BEGIN EXCERPTED DATA

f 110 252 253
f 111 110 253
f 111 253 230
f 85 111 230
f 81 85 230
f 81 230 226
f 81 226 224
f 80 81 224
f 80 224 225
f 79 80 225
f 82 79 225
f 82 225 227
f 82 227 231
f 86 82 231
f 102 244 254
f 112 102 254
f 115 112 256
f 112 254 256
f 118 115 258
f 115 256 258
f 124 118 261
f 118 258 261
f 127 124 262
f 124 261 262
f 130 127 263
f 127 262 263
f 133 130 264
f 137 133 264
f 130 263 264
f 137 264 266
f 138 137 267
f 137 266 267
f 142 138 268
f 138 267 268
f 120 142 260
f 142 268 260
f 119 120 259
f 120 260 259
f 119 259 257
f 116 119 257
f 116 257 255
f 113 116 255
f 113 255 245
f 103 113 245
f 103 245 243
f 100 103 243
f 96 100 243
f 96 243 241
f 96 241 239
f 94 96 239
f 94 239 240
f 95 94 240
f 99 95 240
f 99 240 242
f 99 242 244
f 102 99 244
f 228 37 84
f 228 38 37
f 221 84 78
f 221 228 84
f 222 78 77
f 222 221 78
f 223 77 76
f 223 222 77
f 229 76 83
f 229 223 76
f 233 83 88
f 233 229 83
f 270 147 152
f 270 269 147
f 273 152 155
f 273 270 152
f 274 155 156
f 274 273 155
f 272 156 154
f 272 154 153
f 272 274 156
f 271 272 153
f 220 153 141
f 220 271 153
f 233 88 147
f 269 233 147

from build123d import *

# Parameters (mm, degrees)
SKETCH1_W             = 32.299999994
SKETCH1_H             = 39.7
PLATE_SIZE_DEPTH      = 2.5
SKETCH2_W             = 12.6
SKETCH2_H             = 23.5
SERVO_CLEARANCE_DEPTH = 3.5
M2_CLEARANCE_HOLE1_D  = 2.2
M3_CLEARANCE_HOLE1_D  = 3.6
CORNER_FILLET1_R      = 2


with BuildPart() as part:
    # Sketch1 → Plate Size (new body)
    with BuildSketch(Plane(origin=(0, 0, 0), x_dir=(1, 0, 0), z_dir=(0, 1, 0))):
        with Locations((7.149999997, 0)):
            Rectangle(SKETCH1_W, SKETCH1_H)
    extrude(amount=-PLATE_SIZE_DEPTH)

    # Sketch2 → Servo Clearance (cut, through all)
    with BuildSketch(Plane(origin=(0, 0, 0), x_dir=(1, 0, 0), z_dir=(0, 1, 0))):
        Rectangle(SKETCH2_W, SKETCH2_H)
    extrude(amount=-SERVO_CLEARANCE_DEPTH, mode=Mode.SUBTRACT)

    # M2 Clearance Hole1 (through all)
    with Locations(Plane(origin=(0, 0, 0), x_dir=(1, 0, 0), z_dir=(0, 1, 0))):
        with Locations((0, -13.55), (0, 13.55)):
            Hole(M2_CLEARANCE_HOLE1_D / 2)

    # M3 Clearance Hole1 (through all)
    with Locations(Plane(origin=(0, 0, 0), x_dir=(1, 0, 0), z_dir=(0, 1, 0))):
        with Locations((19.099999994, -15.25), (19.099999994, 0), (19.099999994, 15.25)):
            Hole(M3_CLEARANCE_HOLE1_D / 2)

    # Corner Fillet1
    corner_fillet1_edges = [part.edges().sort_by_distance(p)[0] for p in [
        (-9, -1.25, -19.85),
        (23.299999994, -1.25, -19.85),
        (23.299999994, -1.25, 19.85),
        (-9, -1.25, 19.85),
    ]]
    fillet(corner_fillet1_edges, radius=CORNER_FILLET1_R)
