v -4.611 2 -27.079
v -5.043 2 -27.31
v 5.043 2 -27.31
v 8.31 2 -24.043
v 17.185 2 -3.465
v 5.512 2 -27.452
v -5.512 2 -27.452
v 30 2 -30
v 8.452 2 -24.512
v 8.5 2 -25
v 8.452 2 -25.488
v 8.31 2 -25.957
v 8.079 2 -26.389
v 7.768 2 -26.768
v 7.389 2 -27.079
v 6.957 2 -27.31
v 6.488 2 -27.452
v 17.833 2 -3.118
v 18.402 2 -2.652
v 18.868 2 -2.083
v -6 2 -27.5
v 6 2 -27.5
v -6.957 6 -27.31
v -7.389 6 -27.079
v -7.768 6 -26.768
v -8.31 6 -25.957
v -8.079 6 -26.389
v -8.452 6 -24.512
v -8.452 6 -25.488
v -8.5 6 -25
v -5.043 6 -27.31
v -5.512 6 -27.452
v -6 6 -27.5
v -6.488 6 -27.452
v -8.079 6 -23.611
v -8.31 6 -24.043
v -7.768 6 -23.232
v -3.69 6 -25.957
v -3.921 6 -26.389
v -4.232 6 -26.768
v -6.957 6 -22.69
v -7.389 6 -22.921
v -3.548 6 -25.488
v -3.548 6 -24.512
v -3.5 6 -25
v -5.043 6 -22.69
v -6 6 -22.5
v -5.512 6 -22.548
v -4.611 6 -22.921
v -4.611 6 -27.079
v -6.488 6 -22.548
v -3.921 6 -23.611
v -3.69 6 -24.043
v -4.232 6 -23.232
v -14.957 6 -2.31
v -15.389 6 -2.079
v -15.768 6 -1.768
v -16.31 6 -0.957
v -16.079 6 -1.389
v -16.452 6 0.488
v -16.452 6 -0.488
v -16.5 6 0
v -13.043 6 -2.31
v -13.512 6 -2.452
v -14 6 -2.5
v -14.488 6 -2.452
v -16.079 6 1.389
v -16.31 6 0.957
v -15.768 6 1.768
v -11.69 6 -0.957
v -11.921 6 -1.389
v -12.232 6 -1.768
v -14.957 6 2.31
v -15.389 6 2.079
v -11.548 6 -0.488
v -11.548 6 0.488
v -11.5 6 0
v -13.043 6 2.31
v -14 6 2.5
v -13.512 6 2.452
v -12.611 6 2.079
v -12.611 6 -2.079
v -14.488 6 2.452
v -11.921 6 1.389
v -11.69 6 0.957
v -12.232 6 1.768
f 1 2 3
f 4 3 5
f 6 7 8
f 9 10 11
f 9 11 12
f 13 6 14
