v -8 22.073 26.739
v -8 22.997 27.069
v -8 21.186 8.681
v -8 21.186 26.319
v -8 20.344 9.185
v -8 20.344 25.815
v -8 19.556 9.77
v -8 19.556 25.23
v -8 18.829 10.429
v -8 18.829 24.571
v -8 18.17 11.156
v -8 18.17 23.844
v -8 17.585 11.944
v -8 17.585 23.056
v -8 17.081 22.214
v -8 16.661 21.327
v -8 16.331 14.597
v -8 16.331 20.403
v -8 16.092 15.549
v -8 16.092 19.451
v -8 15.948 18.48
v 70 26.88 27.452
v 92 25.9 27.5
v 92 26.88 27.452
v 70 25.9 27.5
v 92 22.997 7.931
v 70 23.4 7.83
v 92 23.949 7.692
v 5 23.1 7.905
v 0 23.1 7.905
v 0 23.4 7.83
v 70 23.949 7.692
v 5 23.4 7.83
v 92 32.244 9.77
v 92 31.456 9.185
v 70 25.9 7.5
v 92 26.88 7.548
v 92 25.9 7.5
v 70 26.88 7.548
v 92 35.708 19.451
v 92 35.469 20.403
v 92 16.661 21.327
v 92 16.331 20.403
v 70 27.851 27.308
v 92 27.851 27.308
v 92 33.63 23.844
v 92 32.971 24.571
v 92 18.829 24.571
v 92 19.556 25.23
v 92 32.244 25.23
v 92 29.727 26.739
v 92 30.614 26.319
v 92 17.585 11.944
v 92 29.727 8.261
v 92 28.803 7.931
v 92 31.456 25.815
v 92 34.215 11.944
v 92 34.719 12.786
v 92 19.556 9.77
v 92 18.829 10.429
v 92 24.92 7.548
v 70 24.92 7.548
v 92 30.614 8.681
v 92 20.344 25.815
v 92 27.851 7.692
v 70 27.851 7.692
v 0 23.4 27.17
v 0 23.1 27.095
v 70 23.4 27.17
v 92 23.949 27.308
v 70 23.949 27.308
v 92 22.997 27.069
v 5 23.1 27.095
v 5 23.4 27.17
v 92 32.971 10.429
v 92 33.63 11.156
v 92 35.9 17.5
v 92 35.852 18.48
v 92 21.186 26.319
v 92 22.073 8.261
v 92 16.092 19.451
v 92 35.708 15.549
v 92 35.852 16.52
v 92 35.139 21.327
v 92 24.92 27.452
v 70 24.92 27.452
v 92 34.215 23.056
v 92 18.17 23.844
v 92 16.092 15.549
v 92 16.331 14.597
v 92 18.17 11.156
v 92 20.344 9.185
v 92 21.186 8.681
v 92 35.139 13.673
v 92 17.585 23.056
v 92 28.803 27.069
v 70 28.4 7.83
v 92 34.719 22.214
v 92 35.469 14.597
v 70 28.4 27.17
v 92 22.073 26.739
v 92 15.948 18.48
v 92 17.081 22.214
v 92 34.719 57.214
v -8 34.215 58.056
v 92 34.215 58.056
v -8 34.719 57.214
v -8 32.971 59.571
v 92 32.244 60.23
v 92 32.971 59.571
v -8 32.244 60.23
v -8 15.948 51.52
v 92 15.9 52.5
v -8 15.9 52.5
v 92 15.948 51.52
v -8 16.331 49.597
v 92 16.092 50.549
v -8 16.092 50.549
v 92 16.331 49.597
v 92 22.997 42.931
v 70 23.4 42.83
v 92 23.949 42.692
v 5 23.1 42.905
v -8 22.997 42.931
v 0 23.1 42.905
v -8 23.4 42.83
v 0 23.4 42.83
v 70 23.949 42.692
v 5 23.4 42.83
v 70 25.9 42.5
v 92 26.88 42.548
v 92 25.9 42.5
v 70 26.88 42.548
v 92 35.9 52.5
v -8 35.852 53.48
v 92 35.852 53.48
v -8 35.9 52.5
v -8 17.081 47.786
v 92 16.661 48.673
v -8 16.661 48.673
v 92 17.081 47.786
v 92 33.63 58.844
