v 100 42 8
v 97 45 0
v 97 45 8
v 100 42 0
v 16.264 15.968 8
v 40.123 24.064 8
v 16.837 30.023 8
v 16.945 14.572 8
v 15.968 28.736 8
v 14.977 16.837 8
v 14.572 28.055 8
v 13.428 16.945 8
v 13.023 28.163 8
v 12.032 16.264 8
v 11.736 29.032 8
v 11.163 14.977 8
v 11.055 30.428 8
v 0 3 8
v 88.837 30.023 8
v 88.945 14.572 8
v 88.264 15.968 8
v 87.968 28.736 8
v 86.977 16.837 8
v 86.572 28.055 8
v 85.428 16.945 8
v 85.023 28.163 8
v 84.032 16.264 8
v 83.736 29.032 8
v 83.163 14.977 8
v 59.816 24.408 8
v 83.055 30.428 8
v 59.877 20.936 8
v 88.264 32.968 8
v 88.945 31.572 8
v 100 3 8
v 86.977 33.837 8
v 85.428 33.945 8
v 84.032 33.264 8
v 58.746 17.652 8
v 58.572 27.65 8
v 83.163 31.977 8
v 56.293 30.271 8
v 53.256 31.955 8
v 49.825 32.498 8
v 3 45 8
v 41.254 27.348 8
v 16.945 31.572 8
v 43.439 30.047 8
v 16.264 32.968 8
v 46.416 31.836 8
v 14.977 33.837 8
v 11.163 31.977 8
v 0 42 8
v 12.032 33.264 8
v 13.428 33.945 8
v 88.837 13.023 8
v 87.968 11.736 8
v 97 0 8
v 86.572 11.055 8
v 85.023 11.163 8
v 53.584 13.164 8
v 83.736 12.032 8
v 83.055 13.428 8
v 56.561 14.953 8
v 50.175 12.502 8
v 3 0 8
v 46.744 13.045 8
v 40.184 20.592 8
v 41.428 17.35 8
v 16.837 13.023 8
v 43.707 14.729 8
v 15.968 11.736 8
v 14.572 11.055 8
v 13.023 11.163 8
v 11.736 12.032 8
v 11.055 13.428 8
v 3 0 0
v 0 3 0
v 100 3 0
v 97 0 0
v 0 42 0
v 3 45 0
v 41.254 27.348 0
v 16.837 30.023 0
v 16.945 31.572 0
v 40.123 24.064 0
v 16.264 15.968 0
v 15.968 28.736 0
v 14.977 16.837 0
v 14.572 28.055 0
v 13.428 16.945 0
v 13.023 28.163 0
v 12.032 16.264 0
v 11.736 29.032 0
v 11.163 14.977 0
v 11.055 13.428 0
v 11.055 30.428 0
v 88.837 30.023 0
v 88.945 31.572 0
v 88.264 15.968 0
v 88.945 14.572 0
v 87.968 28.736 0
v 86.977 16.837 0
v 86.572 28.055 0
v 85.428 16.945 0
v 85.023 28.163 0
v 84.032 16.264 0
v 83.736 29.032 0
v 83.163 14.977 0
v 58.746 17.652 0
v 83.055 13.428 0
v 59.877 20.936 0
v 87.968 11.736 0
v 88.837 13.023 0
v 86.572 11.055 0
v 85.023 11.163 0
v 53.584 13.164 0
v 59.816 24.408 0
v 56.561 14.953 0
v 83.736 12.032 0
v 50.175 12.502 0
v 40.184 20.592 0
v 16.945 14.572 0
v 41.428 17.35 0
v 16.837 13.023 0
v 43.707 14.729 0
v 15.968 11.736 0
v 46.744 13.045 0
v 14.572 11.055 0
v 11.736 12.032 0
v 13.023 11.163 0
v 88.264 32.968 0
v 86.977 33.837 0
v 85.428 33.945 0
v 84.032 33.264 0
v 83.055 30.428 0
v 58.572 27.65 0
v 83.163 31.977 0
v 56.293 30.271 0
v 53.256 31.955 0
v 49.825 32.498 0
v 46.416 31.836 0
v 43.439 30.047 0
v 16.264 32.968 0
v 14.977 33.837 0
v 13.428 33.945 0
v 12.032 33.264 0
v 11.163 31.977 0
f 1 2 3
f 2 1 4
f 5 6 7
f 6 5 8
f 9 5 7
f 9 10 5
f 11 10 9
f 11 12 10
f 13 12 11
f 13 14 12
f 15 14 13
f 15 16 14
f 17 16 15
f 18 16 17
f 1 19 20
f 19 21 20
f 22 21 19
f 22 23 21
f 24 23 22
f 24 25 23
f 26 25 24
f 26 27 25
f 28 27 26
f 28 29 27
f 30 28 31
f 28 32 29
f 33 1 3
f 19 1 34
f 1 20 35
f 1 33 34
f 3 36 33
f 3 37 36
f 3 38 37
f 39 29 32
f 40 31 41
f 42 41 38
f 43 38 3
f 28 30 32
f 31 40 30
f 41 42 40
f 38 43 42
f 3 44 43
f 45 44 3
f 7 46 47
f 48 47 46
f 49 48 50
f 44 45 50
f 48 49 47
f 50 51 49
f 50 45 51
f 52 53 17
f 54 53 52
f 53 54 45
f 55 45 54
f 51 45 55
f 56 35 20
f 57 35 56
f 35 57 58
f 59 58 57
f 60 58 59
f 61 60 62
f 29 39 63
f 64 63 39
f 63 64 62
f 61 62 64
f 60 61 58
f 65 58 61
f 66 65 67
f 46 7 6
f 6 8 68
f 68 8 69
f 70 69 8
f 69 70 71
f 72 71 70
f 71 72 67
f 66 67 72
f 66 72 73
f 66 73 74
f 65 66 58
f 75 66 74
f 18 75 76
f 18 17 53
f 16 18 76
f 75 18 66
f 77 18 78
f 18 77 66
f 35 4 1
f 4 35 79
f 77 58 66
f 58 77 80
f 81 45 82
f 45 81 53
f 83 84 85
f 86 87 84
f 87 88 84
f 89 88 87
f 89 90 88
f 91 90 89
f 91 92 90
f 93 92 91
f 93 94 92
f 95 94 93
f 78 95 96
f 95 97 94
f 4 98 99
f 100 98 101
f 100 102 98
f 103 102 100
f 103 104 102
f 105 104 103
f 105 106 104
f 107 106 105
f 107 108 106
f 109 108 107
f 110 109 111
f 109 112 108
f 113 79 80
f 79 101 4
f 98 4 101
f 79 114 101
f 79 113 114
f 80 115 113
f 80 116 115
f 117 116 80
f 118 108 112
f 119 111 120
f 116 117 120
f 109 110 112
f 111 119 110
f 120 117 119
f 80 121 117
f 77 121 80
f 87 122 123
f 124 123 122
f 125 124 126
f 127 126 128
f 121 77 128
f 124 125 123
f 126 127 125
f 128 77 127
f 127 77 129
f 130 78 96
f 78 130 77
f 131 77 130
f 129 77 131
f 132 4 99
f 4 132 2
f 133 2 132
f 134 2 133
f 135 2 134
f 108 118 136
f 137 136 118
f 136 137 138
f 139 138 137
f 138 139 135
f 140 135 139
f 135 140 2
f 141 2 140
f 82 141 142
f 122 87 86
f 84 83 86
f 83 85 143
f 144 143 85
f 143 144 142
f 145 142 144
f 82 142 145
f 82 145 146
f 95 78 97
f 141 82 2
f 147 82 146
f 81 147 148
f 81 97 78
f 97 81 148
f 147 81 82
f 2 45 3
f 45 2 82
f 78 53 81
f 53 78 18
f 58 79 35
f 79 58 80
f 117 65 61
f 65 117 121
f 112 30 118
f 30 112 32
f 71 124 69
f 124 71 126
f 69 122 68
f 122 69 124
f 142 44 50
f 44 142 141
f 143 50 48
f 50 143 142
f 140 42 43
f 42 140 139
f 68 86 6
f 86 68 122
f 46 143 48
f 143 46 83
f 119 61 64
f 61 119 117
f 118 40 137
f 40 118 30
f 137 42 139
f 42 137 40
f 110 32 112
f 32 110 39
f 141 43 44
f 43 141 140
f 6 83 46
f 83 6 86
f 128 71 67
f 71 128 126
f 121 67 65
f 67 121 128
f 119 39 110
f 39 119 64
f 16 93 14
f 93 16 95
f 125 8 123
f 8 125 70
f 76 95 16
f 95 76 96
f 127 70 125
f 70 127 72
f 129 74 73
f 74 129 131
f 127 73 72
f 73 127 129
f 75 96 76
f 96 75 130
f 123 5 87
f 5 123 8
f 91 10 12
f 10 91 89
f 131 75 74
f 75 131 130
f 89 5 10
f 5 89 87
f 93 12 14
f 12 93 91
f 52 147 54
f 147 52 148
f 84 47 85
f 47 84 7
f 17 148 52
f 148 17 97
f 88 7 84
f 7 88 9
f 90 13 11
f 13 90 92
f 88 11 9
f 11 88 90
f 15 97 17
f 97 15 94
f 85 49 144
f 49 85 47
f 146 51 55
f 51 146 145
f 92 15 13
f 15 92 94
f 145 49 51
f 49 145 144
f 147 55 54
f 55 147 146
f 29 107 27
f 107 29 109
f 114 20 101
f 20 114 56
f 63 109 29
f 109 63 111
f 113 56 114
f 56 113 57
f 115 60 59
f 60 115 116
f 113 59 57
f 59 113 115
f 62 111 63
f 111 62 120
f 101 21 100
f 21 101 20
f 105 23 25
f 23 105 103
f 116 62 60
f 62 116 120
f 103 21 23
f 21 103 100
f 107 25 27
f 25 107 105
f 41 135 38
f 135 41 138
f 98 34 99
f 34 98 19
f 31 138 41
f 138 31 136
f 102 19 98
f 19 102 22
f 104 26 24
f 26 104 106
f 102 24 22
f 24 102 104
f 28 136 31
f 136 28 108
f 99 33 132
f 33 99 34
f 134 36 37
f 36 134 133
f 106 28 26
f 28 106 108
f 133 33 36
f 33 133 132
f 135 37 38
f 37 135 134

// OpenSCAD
$fn = 32;

// ----------------------------------------------------------------------
// Spacer plate: rect 100 x 45
// ----------------------------------------------------------------------

// --- parameters (mm) ---
bore_r = 10;              // centre bore radius
bolt_r = 3;               // bolt hole radius
plate_t = 8;              // plate thickness, Z (extrusion height)
plate_l = 100;            // plate length, X
plate_w = 45;             // plate width, Y
inset = 14;               // corner hole inset
fit_tol = 0.02;           // declared fit tolerance (prompt contract)
free_tol = 0.2;           // declared free tolerance (prompt contract)

profile = [[3, 0], [97, 0], [100, 3], [100, 42], [97, 45], [3, 45], [0, 42], [0, 3]];  // primary outline, 8 points, counter clockwise
void_1 = [[59.816, 24.408], [58.572, 27.65], [56.293, 30.271], [53.256, 31.955], [49.825, 32.498], [46.416, 31.836], [43.439, 30.047], [41.254, 27.348], [40.123, 24.064], [40.184, 20.592], [41.428, 17.35], [43.707, 14.729], [46.744, 13.045], [50.175, 12.502], [53.584, 13.164], [56.561, 14.953], [58.746, 17.652], [59.877, 20.936]];  // centre bore, 18 points
void_2 = [[16.945, 14.572], [16.264, 15.968], [14.977, 16.837], [13.428, 16.945], [12.032, 16.264], [11.163, 14.977], [11.055, 13.428], [11.736, 12.032], [13.023, 11.163], [14.572, 11.055], [15.968, 11.736], [16.837, 13.023]];  // corner hole, 12 points
void_3 = [[16.945, 31.572], [16.264, 32.968], [14.977, 33.837], [13.428, 33.945], [12.032, 33.264], [11.163, 31.977], [11.055, 30.428], [11.736, 29.032], [13.023, 28.163], [14.572, 28.055], [15.968, 28.736], [16.837, 30.023]];  // corner hole, 12 points
void_4 = [[88.945, 14.572], [88.264, 15.968], [86.977, 16.837], [85.428, 16.945], [84.032, 16.264], [83.163, 14.977], [83.055, 13.428], [83.736, 12.032], [85.023, 11.163], [86.572, 11.055], [87.968, 11.736], [88.837, 13.023]];  // corner hole, 12 points
void_5 = [[88.945, 31.572], [88.264, 32.968], [86.977, 33.837], [85.428, 33.945], [84.032, 33.264], [83.163, 31.977], [83.055, 30.428], [83.736, 29.032], [85.023, 28.163], [86.572, 28.055], [87.968, 28.736], [88.837, 30.023]];  // corner hole, 12 points

// --- the one profile operation ---
difference() {
  linear_extrude(height = plate_t) polygon(points = profile);
  translate([0, 0, -1])
    linear_extrude(height = plate_t + 2) polygon(points = void_1);
  translate([0, 0, -1])
    linear_extrude(height = plate_t + 2) polygon(points = void_2);
  translate([0, 0, -1])
    linear_extrude(height = plate_t + 2) polygon(points = void_3);
  translate([0, 0, -1])
    linear_extrude(height = plate_t + 2) polygon(points = void_4);
  translate([0, 0, -1])
    linear_extrude(height = plate_t + 2) polygon(points = void_5);
}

END EXCERPTED DATA

WHAT YOU SHOULD DO:
The response should be the listing above, limited to the lines between the one holding "v 92 29.727 8.261" and the one holding "v 85.428 16.945 8", inclusive, reproduced exactly.

WORKED SOLUTION:
v 92 29.727 8.261
v 92 28.803 7.931
v 92 31.456 25.815
v 92 34.215 11.944
v 92 34.719 12.786
v 92 19.556 9.77
v 92 18.829 10.429
v 92 24.92 7.548
v 70 24.92 7.548
v 92 30.614 8.681
v 92 20.344 25.815
v 92 27.851 7.692
v 70 27.851 7.692
v 0 23.4 27.17
v 0 23.1 27.095
v 70 23.4 27.17
v 92 23.949 27.308
v 70 23.949 27.308
v 92 22.997 27.069
v 5 23.1 27.095
v 5 23.4 27.17
v 92 32.971 10.429
v 92 33.63 11.156
v 92 35.9 17.5
v 92 35.852 18.48
v 92 21.186 26.319
v 92 22.073 8.261
v 92 16.092 19.451
v 92 35.708 15.549
v 92 35.852 16.52
v 92 35.139 21.327
v 92 24.92 27.452
v 70 24.92 27.452
v 92 34.215 23.056
v 92 18.17 23.844
v 92 16.092 15.549
v 92 16.331 14.597
v 92 18.17 11.156
v 92 20.344 9.185
v 92 21.186 8.681
v 92 35.139 13.673
v 92 17.585 23.056
v 92 28.803 27.069
v 70 28.4 7.83
v 92 34.719 22.214
v 92 35.469 14.597
v 70 28.4 27.17
v 92 22.073 26.739
v 92 15.948 18.48
v 92 17.081 22.214
v 92 34.719 57.214
v -8 34.215 58.056
v 92 34.215 58.056
v -8 34.719 57.214
v -8 32.971 59.571
v 92 32.244 60.23
v 92 32.971 59.571
v -8 32.244 60.23
v -8 15.948 51.52
v 92 15.9 52.5
v -8 15.9 52.5
v 92 15.948 51.52
v -8 16.331 49.597
v 92 16.092 50.549
v -8 16.092 50.549
v 92 16.331 49.597
v 92 22.997 42.931
v 70 23.4 42.83
v 92 23.949 42.692
v 5 23.1 42.905
v -8 22.997 42.931
v 0 23.1 42.905
v -8 23.4 42.83
v 0 23.4 42.83
v 70 23.949 42.692
v 5 23.4 42.83
v 70 25.9 42.5
v 92 26.88 42.548
v 92 25.9 42.5
v 70 26.88 42.548
v 92 35.9 52.5
v -8 35.852 53.48
v 92 35.852 53.48
v -8 35.9 52.5
v -8 17.081 47.786
v 92 16.661 48.673
v -8 16.661 48.673
v 92 17.081 47.786
v 92 33.63 58.844
v 100 42 8
v 97 45 0
v 97 45 8
v 100 42 0
v 16.264 15.968 8
v 40.123 24.064 8
v 16.837 30.023 8
v 16.945 14.572 8
v 15.968 28.736 8
v 14.977 16.837 8
v 14.572 28.055 8
v 13.428 16.945 8
v 13.023 28.163 8
v 12.032 16.264 8
v 11.736 29.032 8
v 11.163 14.977 8
v 11.055 30.428 8
v 0 3 8
v 88.837 30.023 8
v 88.945 14.572 8
v 88.264 15.968 8
v 87.968 28.736 8
v 86.977 16.837 8
v 86.572 28.055 8
v 85.428 16.945 8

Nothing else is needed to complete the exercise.